Elorez had been on the run for nearly 10 years before authorities captured him in Spain, where Spanish officials say he had been hiding for about eight years. In May 2018, he was extradited to the US and pleaded guilty in September to conspiring to import heroin into the United States.

“As alleged in the indictment, Elorez is not only a drug trafficker, he also betrayed a veterinarian’s pledge to prevent animal suffering when he used his surgical skills in a cruel scheme to smuggle heroin in the abdomens of puppies,” US Attorney Richard Donoghue said at the time.

On Wednesday, a US district judge in New York sentenced the vet to six years in prison.
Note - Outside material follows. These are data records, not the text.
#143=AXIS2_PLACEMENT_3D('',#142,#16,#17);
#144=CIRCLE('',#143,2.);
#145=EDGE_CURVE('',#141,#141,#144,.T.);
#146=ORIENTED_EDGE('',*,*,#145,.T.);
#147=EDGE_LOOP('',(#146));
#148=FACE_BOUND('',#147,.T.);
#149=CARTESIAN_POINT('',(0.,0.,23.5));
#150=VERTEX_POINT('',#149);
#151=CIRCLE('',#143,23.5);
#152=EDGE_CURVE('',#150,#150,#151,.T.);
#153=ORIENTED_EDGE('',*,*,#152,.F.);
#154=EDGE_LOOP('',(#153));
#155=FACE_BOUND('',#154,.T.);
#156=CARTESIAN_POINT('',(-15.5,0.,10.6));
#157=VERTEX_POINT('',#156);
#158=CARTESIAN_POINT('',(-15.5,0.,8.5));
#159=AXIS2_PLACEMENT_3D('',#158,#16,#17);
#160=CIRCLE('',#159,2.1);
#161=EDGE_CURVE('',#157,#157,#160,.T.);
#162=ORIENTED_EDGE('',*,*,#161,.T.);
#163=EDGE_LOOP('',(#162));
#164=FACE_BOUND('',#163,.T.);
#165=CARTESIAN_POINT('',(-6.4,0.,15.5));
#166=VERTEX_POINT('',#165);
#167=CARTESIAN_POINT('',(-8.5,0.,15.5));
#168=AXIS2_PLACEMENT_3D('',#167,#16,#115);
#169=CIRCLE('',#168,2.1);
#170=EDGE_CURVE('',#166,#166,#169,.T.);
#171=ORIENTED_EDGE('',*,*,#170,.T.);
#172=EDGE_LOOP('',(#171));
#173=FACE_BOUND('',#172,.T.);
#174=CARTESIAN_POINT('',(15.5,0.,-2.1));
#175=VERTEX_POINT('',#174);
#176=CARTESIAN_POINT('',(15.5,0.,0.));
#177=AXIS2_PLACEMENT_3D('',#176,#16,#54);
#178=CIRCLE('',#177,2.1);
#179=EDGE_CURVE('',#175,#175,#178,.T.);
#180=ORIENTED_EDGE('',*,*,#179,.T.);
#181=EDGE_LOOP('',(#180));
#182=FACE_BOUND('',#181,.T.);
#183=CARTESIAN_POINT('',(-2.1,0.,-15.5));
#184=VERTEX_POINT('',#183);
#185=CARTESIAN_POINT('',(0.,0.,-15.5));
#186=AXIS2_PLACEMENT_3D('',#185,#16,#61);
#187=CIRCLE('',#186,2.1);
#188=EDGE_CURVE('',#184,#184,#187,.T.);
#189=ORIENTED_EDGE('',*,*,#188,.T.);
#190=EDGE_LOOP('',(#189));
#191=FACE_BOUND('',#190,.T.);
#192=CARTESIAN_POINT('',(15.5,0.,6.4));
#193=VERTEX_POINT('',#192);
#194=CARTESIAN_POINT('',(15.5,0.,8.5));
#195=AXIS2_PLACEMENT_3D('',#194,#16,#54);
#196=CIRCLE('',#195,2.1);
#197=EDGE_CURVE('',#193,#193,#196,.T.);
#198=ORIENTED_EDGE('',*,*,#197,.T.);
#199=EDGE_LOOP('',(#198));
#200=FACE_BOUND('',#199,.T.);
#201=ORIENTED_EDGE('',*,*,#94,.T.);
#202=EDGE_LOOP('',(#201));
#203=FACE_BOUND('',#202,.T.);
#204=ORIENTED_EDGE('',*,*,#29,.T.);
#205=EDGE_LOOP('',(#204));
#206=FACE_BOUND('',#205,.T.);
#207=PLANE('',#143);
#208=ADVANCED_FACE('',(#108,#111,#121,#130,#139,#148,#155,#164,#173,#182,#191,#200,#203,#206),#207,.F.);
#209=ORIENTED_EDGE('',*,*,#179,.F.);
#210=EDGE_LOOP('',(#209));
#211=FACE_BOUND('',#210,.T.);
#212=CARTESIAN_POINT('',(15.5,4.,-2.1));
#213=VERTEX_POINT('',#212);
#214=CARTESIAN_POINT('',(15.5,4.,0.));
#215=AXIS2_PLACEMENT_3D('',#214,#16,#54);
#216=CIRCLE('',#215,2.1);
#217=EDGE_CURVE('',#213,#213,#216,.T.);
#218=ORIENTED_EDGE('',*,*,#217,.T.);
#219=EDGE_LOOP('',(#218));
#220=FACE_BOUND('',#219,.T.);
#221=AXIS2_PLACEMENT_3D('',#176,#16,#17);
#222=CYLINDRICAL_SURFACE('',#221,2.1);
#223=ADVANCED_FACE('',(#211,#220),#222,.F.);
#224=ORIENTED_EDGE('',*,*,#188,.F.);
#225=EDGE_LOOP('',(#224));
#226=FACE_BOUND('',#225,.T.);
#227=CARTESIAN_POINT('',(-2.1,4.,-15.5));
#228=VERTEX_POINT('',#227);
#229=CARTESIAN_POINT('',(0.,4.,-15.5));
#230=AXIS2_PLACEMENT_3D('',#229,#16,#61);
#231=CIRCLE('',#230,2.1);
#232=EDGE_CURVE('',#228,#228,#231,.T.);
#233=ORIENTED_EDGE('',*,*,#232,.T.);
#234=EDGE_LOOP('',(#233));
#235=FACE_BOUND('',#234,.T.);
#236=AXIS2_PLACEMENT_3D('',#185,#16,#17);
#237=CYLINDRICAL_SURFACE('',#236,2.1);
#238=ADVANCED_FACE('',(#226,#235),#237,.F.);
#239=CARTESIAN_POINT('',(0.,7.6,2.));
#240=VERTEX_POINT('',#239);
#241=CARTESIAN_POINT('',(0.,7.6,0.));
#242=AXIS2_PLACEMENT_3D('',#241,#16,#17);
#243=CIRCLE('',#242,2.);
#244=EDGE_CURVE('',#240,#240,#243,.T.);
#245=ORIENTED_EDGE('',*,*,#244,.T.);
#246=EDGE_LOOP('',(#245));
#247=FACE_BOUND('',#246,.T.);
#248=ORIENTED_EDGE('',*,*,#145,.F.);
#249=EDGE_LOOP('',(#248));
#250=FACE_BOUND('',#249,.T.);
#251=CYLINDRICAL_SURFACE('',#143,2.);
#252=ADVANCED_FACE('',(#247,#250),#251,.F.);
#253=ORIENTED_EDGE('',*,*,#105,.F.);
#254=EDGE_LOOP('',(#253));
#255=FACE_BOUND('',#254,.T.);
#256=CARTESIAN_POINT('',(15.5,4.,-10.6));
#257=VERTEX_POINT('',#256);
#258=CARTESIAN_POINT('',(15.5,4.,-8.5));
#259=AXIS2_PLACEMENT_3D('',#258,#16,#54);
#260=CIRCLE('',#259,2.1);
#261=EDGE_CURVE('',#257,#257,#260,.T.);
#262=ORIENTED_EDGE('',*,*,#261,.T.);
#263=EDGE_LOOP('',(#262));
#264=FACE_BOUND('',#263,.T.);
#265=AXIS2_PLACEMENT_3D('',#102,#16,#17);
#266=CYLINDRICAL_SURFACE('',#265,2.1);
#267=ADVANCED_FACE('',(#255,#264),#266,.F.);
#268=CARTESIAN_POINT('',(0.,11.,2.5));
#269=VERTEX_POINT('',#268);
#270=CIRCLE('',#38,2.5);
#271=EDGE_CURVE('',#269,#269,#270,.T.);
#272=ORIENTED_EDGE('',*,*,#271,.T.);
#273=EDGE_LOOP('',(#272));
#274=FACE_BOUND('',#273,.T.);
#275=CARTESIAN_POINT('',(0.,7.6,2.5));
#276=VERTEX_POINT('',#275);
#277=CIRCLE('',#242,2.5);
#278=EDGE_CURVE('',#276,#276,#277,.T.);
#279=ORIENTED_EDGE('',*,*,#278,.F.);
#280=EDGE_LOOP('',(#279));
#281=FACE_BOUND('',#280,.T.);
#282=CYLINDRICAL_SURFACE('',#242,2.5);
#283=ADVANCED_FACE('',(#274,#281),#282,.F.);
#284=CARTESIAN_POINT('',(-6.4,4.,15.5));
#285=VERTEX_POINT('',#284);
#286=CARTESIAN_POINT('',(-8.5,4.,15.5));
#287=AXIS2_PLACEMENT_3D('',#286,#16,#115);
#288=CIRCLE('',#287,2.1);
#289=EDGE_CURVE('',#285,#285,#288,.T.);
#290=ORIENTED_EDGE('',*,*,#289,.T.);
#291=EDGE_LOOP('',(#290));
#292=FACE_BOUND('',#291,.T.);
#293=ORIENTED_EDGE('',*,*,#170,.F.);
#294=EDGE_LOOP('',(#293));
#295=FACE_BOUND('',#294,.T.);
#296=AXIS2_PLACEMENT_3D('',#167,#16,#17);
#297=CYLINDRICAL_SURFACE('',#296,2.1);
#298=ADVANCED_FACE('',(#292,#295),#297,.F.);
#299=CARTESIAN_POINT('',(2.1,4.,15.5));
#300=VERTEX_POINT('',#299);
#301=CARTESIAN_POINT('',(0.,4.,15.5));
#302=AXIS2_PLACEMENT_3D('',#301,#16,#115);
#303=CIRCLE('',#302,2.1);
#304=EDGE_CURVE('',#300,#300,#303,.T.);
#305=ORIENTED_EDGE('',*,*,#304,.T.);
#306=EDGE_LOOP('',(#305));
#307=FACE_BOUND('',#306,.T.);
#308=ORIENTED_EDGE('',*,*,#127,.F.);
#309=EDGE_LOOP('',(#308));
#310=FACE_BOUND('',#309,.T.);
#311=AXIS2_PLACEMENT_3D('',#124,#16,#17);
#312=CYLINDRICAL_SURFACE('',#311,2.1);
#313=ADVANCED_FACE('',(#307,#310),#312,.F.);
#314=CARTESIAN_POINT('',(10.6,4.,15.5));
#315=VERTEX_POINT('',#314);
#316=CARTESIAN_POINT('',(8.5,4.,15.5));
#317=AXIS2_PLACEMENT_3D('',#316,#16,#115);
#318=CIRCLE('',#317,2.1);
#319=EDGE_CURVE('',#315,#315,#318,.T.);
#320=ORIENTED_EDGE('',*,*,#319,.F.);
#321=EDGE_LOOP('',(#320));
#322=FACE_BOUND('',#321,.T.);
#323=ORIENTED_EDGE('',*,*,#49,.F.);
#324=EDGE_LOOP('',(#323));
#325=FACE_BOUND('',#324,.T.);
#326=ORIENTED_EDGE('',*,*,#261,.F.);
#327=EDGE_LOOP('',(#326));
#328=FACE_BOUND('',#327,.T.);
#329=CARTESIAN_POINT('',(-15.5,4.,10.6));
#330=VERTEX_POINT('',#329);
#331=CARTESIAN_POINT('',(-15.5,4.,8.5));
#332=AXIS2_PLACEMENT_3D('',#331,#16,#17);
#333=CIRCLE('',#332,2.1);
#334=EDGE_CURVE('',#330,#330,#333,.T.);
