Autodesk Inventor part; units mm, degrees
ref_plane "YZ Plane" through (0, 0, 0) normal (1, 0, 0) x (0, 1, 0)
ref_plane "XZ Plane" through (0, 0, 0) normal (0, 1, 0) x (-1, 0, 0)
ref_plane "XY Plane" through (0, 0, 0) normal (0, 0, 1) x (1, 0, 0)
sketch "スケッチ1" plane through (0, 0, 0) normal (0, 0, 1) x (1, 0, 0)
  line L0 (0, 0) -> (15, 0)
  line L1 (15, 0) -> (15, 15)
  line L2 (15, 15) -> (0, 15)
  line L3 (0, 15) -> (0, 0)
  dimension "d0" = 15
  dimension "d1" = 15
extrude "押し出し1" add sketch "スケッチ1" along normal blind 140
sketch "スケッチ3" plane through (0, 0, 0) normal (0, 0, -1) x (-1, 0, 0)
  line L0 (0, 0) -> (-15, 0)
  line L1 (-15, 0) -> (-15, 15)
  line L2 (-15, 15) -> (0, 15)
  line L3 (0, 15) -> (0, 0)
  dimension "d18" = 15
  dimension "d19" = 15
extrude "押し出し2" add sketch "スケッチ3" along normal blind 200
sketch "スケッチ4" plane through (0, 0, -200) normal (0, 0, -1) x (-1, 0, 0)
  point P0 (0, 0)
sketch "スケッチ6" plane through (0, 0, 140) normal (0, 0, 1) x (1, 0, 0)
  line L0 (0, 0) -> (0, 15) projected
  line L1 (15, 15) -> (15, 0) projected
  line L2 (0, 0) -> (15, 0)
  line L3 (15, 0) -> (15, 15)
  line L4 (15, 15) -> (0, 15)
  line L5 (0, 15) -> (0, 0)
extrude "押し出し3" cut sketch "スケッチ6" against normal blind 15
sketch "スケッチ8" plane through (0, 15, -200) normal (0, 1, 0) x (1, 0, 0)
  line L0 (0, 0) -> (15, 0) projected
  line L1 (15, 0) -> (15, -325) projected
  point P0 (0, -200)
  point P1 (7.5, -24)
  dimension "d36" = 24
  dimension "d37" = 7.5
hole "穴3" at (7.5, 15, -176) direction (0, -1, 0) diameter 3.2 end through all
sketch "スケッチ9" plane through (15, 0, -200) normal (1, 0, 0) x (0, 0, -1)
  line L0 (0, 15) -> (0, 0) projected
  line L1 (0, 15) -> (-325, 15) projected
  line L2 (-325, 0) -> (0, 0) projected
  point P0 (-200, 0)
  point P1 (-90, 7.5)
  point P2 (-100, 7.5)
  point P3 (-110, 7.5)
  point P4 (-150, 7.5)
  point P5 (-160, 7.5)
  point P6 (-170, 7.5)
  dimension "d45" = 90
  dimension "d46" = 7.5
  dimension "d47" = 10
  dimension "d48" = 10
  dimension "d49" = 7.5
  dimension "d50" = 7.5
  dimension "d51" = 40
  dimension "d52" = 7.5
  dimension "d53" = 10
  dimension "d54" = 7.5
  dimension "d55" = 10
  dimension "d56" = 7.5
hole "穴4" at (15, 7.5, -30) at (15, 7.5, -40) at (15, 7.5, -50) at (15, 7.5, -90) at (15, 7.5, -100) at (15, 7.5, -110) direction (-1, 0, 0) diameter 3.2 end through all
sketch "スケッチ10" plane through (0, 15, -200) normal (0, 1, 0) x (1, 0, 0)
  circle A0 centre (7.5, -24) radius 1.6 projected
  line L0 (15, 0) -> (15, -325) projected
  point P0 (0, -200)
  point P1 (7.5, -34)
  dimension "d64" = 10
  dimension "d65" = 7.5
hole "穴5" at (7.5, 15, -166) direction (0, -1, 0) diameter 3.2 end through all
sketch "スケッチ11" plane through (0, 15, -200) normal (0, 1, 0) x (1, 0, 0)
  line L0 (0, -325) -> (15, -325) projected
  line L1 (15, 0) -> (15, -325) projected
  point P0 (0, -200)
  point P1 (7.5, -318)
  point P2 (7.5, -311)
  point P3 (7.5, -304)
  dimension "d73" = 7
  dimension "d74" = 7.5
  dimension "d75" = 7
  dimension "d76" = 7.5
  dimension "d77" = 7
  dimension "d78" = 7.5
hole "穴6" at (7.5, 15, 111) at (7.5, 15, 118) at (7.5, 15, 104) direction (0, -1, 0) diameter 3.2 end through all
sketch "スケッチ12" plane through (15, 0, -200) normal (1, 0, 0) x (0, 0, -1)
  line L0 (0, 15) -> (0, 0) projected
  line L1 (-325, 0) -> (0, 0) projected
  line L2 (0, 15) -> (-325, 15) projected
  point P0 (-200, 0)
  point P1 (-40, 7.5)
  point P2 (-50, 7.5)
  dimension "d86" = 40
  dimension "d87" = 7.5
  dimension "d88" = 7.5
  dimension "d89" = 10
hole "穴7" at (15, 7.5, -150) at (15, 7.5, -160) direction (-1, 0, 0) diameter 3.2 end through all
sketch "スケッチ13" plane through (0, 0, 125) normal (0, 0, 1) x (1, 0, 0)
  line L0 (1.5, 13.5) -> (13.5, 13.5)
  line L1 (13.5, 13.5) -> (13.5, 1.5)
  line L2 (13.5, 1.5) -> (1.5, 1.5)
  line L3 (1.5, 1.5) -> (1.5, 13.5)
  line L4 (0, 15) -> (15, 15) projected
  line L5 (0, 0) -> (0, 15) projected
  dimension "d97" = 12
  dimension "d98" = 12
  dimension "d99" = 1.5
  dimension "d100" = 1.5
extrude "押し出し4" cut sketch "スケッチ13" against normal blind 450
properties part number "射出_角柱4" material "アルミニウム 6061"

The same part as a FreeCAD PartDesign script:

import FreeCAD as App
import Part
import Sketcher


def add_polygon(sketch, points):
    """Adds a closed chain of lines whose ends are joined by coincident constraints."""
    first, n = sketch.GeometryCount, len(points)
    for a, b in zip(points, points[1:] + points[:1]):
        sketch.addGeometry(Part.LineSegment(App.Vector(*a, 0), App.Vector(*b, 0)), False)
    for i in range(n):
        sketch.addConstraint(Sketcher.Constraint("Coincident", first + i, 2, first + (i + 1) % n, 1))

doc = App.newDocument("Part")
body = doc.addObject("PartDesign::Body", "Body")

sketch1 = doc.addObject("Sketcher::SketchObject", "Sketch")
body.addObject(sketch1)
sketch1.AttachmentSupport = (doc.XY_Plane, [""])
sketch1.MapMode = "FlatFace"
add_polygon(sketch1, [(0, 15), (0, 0), (15, 0), (15, 15)])
sketch1.addConstraint(Sketcher.Constraint("Vertical", 0))
sketch1.addConstraint(Sketcher.Constraint("Horizontal", 1))
sketch1.addConstraint(Sketcher.Constraint("Vertical", 2))
sketch1.addConstraint(Sketcher.Constraint("Horizontal", 3))
sketch1.addConstraint(Sketcher.Constraint("Coincident", 0, 2, -1, 1))
sketch1.addConstraint(Sketcher.Constraint("Equal", 3, 0))
sketch1.addConstraint(Sketcher.Constraint("DistanceX", 1, 1, 1, 2, 15.0))
pad1 = doc.addObject("PartDesign::Pad", "Pad")
body.addObject(pad1)
pad1.Profile = sketch1
pad1.Length = 140

sketch2 = doc.addObject("Sketcher::SketchObject", "Sketch001")
body.addObject(sketch2)
sketch2.AttachmentSupport = (doc.XY_Plane, [""])
sketch2.MapMode = "FlatFace"
add_polygon(sketch2, [(15, 0), (0, 0), (0, 15), (15, 15)])
sketch2.addConstraint(Sketcher.Constraint("Horizontal", 0))
sketch2.addConstraint(Sketcher.Constraint("Vertical", 1))
sketch2.addConstraint(Sketcher.Constraint("Horizontal", 2))
sketch2.addConstraint(Sketcher.Constraint("Vertical", 3))
sketch2.addConstraint(Sketcher.Constraint("Coincident", 0, 2, -1, 1))
sketch2.addConstraint(Sketcher.Constraint("Equal", 2, 1))
sketch2.addConstraint(Sketcher.Constraint("DistanceX", 0, 2, 0, 1, 15.0))
pad2 = doc.addObject("PartDesign::Pad", "Pad001")
body.addObject(pad2)
pad2.Profile = sketch2
pad2.Length = 200
pad2.Reversed = True

sketch3 = doc.addObject("Sketcher::SketchObject", "Sketch002")
body.addObject(sketch3)
sketch3.AttachmentSupport = (doc.XY_Plane, [""])
sketch3.MapMode = "FlatFace"
sketch3.AttachmentOffset = App.Placement(App.Vector(0, 0, 140), App.Rotation())
add_polygon(sketch3, [(0, 15), (0, 0), (15, 0), (15, 15)])
sketch3.addConstraint(Sketcher.Constraint("Vertical", 0))
sketch3.addConstraint(Sketcher.Constraint("Horizontal", 1))
sketch3.addConstraint(Sketcher.Constraint("Vertical", 2))
sketch3.addConstraint(Sketcher.Constraint("Horizontal", 3))
sketch3.addConstraint(Sketcher.Constraint("Coincident", 0, 2, -1, 1))
sketch3.addConstraint(Sketcher.Constraint("Equal", 3, 0))
sketch3.addConstraint(Sketcher.Constraint("DistanceX", 1, 1, 1, 2, 15.0))
pocket1 = doc.addObject("PartDesign::Pocket", "Pocket")
body.addObject(pocket1)
pocket1.Profile = sketch3
pocket1.Length = 15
When he completes his sentence, Elorez will be deported, Donoghue announced in a statement.

“Every dog has its day, and with today’s sentence, Elorez has been held responsible for the reprehensible use of his veterinary skills to conceal heroin inside puppies as part of a scheme to import dangerous narcotics into the United States,” stated Donoghue.

He also thanked the slew of national and international law enforcement agencies "for their assistance in the investigation, extradition, and prosecution."

The story is not all terrible, though. Two of the drug-mule puppies went on to help fight crimes.

A Colombian police officer and his family adopted one of the dogs, a beagle named Donna.

The department also rescued a Rottweiler and trained her to hunt drugs. They named her Heroina.